In practice, every LLM bug I’ve found was caught by preflight: truncated responses, wrong format, missing sections. GPT-5.2 is good, but it isn’t deterministic — and when it fails, it fails in creative ways no schema validation would catch.
5. Billing Summary Is Not Optional
If you’re using LLMs in production, every test pipeline needs to report cost. Not for accounting — for engineering. A prompt that works but costs 3x more than the previous one is a performance bug. Input and output tokens per provider, cost per job, total cost — all visible on every run.
6. Monorepo Helps, But Doesn’t Solve
Having the three apps in the same repository helps: a git bisect covers changes on both sides of the contract. A PR that changes the frontmatter format in marvin-bot can also update the parser in newsletter — in the same commit.
But “can” isn’t “guarantees”. The contract between the apps is file-based and implicit. There’s no shared type, no common interface. SectionParser is copied manually between the two apps. If someone edits one and forgets the other, they diverge. The integration test is the only verification that both sides agree.
7. Preview Before Sending
The pipeline doesn’t end at generation. The newsletter has a newsletter:preview that renders the final result as HTML in light and dark mode:
cd newsletter
FILE=../content/newsletters/2026-02-16.md bin/rails newsletter:preview
# → tmp/preview/newsletter_light.html
# → tmp/preview/newsletter_dark.htmlOpening those HTMLs in the browser is the visual integration test. The Markdown can be perfect, the frontmatter correct, every field present — but an anime image shows up stretched because the aspect ratio changed. Or Marvin’s commentary block doesn’t have enough contrast in dark mode. Those bugs are visual — no automated test catches them.

8. The CI Pipeline Is Different From the Integration Pipeline
These are different things. CI runs on every commit:
bin/ci # rubocop + bundler-audit + brakeman + tests (~22s)Integration runs when you want to validate the pipeline end-to-end — before a deploy, after changing prompts, or after rsyncing fresh data from production. CI is fast and cheap. Integration is slow and costs money. Both are necessary.
The Cost of Not Having Integration
Let me be direct: if this project didn’t have the integration pipeline, I would have shipped at least 3 broken newsletters.
One with the anime section missing because the XML parser assumed RSS and the feed was Atom. One with every YouTube image pointing to 404 because the thumbnail URL pattern changed. And one with the market recap showing last month’s tickers because Yahoo Finance blocked the requests and the job failed silently.

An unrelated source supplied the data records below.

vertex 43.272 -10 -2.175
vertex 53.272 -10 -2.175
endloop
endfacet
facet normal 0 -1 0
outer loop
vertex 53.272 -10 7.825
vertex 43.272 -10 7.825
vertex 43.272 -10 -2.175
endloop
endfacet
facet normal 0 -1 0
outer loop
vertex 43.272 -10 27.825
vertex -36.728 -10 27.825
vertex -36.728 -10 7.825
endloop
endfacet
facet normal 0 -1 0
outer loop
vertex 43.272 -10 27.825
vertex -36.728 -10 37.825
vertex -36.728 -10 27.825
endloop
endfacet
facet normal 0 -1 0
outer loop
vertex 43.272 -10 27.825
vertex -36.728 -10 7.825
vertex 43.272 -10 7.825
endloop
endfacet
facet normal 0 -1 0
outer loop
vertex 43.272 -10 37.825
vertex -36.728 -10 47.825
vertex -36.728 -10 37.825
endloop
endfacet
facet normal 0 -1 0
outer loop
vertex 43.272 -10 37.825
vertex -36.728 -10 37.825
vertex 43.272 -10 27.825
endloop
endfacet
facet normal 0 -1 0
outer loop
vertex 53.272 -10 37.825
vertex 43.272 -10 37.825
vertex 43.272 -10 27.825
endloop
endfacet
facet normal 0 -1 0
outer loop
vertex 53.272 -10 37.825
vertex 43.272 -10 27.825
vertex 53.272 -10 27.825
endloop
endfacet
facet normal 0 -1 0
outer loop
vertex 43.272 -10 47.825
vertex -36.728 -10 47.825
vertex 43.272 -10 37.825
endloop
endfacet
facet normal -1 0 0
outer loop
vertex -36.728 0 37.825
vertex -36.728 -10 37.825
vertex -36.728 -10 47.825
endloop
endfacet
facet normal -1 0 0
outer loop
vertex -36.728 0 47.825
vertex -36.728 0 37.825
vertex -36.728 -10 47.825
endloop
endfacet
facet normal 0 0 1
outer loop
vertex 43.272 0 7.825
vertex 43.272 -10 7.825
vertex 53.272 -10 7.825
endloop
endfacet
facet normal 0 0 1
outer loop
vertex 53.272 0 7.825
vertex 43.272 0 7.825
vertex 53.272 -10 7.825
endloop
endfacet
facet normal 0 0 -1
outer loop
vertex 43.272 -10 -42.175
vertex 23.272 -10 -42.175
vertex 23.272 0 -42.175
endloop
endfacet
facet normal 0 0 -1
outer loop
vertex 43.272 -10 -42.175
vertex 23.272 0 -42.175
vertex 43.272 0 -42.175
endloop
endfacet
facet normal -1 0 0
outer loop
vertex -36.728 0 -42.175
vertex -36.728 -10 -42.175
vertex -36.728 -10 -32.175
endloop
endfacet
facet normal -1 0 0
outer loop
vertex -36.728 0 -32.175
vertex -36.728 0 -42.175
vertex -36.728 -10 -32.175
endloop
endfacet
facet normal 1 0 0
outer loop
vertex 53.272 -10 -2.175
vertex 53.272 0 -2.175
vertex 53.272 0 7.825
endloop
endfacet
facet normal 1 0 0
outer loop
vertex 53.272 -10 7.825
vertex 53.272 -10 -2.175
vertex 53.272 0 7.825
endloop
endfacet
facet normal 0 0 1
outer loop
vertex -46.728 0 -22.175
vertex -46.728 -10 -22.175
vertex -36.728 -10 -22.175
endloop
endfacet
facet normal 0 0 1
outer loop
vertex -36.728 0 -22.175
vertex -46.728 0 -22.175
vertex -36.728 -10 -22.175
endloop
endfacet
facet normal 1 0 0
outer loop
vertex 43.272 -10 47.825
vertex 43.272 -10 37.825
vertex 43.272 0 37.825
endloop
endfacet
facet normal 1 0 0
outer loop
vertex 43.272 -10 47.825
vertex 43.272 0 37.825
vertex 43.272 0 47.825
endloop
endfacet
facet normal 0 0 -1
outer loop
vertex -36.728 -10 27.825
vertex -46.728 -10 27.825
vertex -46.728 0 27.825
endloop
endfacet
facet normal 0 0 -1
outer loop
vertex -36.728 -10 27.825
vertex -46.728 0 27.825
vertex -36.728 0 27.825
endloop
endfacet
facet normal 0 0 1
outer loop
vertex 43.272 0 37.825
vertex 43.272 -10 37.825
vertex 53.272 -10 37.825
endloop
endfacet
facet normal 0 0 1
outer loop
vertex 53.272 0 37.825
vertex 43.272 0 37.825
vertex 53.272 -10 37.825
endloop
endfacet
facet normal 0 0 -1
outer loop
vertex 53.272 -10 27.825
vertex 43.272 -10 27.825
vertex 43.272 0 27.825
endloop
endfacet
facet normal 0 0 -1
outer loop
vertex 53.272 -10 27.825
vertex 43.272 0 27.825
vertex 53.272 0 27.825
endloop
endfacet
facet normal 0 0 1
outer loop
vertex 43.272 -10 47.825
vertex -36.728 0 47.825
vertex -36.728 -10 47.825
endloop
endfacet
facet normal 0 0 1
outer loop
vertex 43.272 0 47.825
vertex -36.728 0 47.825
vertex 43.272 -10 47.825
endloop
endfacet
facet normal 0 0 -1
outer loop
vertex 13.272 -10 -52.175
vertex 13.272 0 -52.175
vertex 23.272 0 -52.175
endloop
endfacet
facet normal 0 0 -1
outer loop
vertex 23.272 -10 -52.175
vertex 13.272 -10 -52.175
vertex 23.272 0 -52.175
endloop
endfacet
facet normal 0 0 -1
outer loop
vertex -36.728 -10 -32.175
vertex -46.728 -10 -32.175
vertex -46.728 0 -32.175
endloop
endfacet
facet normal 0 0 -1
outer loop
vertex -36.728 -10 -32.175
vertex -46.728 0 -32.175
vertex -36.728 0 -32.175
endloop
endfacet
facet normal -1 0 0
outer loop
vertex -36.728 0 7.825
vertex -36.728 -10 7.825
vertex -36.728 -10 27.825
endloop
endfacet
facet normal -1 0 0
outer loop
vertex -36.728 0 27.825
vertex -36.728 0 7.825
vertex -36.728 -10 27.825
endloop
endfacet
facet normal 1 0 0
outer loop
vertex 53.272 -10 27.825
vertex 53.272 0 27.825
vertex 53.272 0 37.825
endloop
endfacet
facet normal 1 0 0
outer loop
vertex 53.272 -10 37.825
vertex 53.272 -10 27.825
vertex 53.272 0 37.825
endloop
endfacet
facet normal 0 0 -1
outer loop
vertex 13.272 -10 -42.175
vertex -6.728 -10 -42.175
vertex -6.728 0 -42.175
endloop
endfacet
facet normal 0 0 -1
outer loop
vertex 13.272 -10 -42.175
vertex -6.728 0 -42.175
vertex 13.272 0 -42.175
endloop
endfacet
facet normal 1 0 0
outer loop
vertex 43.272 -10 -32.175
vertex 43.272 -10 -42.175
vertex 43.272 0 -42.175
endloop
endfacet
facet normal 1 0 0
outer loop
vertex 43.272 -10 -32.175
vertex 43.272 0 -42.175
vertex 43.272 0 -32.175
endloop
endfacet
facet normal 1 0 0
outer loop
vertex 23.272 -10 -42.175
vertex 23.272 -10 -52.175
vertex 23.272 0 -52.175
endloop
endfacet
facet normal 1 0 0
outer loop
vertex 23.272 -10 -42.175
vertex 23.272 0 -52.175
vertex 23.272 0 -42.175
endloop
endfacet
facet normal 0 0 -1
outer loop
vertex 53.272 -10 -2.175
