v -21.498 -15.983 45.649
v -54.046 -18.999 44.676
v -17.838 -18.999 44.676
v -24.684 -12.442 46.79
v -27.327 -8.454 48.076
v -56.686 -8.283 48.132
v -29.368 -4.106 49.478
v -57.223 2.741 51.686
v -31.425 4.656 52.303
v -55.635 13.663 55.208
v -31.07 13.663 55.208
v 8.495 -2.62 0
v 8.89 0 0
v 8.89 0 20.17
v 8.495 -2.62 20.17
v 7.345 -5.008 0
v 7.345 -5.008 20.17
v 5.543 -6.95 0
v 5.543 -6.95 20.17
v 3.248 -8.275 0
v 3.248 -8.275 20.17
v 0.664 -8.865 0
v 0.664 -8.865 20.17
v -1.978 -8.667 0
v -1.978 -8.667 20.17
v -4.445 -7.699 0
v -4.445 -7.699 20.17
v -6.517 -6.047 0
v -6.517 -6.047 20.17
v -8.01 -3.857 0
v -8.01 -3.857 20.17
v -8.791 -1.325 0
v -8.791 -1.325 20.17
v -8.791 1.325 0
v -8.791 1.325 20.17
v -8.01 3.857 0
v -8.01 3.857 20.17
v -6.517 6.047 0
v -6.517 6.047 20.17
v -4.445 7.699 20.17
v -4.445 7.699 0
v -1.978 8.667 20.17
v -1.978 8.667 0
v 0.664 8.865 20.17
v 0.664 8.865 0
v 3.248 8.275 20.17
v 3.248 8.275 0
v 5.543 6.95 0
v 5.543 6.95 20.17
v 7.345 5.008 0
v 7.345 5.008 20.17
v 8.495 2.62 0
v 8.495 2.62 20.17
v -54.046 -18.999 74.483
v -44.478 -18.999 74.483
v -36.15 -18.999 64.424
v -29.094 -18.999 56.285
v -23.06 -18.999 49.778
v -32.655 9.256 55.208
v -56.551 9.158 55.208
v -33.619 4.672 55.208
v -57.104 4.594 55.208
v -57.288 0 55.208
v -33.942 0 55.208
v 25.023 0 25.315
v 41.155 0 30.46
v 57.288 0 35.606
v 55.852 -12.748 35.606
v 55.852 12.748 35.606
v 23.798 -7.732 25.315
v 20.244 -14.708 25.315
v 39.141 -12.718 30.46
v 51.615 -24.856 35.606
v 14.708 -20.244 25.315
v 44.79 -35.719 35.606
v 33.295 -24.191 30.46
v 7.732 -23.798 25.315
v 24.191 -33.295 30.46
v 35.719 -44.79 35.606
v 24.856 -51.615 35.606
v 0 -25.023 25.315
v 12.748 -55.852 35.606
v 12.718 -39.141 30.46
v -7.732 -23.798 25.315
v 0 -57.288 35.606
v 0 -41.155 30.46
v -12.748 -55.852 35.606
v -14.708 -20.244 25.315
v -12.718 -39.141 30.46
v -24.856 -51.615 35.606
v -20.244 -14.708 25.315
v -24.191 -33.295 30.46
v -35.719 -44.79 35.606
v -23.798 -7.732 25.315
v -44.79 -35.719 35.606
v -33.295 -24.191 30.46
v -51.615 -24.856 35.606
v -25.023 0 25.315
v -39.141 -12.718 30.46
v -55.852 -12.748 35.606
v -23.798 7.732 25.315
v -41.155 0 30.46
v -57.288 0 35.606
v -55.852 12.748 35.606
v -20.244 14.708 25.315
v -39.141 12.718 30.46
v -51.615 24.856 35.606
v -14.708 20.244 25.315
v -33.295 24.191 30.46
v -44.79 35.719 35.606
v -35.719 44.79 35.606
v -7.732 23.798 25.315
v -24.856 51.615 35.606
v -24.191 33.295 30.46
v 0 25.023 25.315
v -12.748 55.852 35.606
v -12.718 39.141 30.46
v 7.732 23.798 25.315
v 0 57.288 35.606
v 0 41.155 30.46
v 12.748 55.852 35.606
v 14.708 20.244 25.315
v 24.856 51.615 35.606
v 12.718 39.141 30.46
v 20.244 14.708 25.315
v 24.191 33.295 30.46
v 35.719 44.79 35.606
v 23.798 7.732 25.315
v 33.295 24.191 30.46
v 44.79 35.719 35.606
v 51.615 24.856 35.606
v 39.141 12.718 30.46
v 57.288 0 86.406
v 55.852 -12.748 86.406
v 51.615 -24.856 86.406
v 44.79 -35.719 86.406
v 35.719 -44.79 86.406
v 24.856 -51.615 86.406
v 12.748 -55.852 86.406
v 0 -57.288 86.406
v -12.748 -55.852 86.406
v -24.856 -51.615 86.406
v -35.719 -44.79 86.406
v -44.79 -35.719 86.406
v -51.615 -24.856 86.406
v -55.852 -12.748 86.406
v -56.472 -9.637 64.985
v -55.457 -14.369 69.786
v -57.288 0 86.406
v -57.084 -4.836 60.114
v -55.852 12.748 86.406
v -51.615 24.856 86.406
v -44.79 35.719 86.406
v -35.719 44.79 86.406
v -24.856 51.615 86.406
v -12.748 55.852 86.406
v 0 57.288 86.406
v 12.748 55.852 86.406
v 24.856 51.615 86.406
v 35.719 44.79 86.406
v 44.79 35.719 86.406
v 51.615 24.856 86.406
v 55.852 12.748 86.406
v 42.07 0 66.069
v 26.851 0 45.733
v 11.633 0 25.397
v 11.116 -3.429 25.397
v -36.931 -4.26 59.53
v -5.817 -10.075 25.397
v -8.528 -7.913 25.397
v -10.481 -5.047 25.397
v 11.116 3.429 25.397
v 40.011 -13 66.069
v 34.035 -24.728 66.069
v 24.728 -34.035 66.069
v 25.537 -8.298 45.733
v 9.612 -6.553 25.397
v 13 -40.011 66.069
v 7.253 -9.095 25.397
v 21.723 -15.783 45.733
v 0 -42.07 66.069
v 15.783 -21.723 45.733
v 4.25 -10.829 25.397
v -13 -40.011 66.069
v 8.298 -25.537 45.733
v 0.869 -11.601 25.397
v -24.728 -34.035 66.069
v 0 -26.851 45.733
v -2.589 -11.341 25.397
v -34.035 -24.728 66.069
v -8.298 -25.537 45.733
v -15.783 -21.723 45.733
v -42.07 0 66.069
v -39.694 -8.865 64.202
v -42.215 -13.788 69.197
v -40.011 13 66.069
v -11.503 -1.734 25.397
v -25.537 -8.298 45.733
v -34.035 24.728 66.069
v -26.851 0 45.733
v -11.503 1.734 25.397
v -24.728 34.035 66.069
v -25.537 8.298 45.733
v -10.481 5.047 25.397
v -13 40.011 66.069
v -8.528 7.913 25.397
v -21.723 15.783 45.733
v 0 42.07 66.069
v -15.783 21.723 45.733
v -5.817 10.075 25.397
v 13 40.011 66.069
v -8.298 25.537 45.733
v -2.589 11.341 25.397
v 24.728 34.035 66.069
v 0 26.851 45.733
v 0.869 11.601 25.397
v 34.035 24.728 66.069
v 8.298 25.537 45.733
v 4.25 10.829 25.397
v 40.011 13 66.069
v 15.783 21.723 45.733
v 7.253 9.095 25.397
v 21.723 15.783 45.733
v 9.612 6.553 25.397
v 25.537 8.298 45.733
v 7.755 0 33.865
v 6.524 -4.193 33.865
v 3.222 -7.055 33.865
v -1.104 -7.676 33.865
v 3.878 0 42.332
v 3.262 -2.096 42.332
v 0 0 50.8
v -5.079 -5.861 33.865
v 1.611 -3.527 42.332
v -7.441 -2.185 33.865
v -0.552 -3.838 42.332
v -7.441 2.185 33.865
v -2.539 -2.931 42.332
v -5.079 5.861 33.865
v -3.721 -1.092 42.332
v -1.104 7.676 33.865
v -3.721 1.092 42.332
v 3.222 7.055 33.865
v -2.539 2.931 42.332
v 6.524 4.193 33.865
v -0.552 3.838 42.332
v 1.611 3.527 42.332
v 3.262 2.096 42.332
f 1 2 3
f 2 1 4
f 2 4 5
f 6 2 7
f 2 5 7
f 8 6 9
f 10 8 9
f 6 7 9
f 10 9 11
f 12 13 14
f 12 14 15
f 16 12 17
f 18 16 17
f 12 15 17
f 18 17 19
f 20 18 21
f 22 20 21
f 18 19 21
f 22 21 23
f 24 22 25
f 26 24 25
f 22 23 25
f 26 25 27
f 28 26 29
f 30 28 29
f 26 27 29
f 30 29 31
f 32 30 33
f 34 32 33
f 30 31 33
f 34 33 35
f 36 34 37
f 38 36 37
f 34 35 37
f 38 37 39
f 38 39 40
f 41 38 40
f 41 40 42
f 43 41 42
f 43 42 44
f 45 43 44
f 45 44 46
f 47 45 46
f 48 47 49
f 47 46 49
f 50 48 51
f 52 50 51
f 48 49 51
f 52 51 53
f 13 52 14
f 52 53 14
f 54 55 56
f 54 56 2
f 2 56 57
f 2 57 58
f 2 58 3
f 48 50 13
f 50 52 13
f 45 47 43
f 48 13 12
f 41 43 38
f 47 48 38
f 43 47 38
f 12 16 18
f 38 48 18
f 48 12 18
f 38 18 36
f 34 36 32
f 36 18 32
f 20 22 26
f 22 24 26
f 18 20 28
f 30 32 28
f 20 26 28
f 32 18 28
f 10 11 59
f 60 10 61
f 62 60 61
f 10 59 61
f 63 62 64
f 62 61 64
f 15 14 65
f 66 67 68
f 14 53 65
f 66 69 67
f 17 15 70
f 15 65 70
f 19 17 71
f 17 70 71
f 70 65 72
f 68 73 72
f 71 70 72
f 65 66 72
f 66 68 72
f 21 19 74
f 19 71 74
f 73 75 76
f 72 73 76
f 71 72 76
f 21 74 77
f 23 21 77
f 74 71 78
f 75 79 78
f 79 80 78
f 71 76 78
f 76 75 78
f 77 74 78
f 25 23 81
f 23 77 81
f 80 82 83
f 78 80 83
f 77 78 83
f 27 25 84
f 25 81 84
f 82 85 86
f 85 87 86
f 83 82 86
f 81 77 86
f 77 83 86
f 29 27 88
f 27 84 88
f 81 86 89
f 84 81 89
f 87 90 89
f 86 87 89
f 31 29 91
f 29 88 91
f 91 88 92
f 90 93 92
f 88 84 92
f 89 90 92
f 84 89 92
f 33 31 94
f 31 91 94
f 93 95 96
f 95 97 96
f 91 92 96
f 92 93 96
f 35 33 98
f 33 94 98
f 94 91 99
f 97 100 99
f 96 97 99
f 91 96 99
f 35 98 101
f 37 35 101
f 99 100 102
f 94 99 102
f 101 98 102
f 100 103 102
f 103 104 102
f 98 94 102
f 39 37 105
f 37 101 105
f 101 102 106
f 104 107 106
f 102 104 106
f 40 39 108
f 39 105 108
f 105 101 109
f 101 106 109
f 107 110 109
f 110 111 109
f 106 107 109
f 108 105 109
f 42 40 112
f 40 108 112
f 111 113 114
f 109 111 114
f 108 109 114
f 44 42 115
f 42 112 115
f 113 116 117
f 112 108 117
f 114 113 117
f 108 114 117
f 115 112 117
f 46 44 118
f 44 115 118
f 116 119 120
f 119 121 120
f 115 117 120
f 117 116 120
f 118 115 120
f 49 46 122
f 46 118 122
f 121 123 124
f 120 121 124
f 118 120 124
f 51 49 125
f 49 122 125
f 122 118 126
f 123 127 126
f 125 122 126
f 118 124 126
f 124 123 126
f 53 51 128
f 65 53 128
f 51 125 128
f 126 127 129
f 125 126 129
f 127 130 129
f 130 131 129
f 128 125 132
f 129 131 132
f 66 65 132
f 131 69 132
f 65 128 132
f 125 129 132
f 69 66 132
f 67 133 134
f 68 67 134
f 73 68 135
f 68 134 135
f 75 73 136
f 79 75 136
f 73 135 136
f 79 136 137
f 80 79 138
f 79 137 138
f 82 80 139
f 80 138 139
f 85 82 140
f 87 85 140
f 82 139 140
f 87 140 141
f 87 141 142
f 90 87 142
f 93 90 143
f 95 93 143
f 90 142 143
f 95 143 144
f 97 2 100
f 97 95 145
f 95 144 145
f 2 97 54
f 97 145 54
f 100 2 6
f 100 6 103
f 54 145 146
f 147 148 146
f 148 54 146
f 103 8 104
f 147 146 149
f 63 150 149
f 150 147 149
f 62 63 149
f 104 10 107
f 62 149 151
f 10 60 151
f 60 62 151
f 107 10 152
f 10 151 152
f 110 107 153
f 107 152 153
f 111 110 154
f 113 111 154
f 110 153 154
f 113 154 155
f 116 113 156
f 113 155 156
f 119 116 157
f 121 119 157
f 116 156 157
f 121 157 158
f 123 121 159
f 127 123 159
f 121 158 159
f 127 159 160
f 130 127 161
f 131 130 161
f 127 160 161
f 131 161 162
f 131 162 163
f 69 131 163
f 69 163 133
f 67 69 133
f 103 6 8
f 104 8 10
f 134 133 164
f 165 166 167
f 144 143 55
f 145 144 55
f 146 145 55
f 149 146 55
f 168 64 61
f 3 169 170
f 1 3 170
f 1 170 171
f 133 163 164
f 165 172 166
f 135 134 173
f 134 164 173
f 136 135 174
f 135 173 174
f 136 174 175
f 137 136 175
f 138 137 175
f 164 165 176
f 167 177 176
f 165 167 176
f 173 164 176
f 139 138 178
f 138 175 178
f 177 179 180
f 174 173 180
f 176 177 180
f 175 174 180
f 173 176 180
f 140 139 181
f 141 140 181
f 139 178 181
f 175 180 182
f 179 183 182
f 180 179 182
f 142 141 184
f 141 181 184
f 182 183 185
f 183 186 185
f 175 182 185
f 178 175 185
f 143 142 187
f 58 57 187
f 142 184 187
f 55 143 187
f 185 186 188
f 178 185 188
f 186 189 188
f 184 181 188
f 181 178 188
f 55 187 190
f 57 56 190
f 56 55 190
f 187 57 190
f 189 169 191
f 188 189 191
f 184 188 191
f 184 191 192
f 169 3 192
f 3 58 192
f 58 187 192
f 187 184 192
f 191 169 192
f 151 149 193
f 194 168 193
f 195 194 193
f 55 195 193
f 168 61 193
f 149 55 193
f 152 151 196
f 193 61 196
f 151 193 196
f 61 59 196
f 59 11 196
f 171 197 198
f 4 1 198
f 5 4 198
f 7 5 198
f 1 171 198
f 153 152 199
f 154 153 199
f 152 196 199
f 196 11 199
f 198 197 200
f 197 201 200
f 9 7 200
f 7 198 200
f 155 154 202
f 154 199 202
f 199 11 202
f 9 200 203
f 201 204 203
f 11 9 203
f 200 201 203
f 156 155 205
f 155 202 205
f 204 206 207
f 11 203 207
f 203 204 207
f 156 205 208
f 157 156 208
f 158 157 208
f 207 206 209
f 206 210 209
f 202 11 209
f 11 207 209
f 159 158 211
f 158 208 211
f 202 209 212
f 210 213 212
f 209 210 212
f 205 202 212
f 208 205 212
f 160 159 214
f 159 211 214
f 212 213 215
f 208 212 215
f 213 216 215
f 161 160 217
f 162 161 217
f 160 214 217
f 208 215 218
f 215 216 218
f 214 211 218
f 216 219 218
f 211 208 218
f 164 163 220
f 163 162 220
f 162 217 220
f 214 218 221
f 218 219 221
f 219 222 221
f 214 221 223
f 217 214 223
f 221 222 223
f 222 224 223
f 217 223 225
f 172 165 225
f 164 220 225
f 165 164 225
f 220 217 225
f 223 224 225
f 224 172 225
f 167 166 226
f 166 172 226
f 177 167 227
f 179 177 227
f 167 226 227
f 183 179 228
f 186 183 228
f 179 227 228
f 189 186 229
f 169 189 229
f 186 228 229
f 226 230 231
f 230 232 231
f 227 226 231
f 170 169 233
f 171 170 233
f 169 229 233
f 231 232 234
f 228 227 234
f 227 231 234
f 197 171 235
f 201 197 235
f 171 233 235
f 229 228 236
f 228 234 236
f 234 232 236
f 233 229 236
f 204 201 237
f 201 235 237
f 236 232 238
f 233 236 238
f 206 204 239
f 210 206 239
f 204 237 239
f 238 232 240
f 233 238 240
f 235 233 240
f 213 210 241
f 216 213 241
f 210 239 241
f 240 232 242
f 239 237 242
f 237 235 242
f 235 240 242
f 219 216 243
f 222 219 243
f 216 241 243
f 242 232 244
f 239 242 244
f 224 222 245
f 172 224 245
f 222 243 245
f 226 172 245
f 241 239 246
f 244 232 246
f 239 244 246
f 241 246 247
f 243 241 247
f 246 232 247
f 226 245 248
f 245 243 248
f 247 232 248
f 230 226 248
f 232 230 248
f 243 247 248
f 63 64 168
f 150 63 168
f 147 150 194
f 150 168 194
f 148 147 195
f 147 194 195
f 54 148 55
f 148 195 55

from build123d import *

# Parameters (mm, degrees)
F3_DEPTH = 160.02


with BuildPart() as f1:
    # F0 (on Front) → F1 (revolve)
    with BuildSketch(Plane.XZ):
        Polygon((11.633136, 25.396974), (0, 50.8), (0, 0), (8.89, 0), (8.89, 20.170162), (57.288211, 35.605614), (57.288211, 86.405614), align=None)
    revolve(axis=Axis((0, 0, 25.4), (0, 0, -1)))

    # F2 (on Right) → F3 (cut)
    with BuildSketch(Plane.YZ):
        Polygon((0, 55.20786), (-18.9991, 74.483134), (-18.9991, 44.67614), (13.663266, 55.20786), align=None)
    extrude(amount=-F3_DEPTH, mode=Mode.SUBTRACT)


solid = f1.part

Unit tests would have passed in all those scenarios. CI would have gone green. The deploy would have shipped. And at 7am on a Monday, 300 people would have received a newsletter full of holes.
The integration pipeline is expensive — in setup time, in API cost, in maintenance complexity. But it’s orders of magnitude cheaper than sending broken content to real subscribers. Especially when you only get one shot a week.
Conclusion
The testing hierarchy in this project is:
- Unit tests (1,330 across both apps, 7 seconds in parallel, $0): prove each piece works in isolation
- CI pipeline (rubocop + audit + brakeman + tests, ~22 seconds, $0): prove the code is healthy
- Integration pipeline (real data, real APIs, ~3 minutes, ~$0.40): proves the system works
- Visual preview (HTML in the browser, manual, $0): proves the final result is presentable
Each layer catches a different type of bug. None of them is enough alone. And the one that surprises most — the one that catches the bugs you swore didn’t exist — is the third: real data, real pipeline, no mocks.
The confidence you have in your system is proportional to how real the data in your tests is. Mock everything and you get 100% coverage and zero confidence. Test with production data and you get the truth — however inconvenient.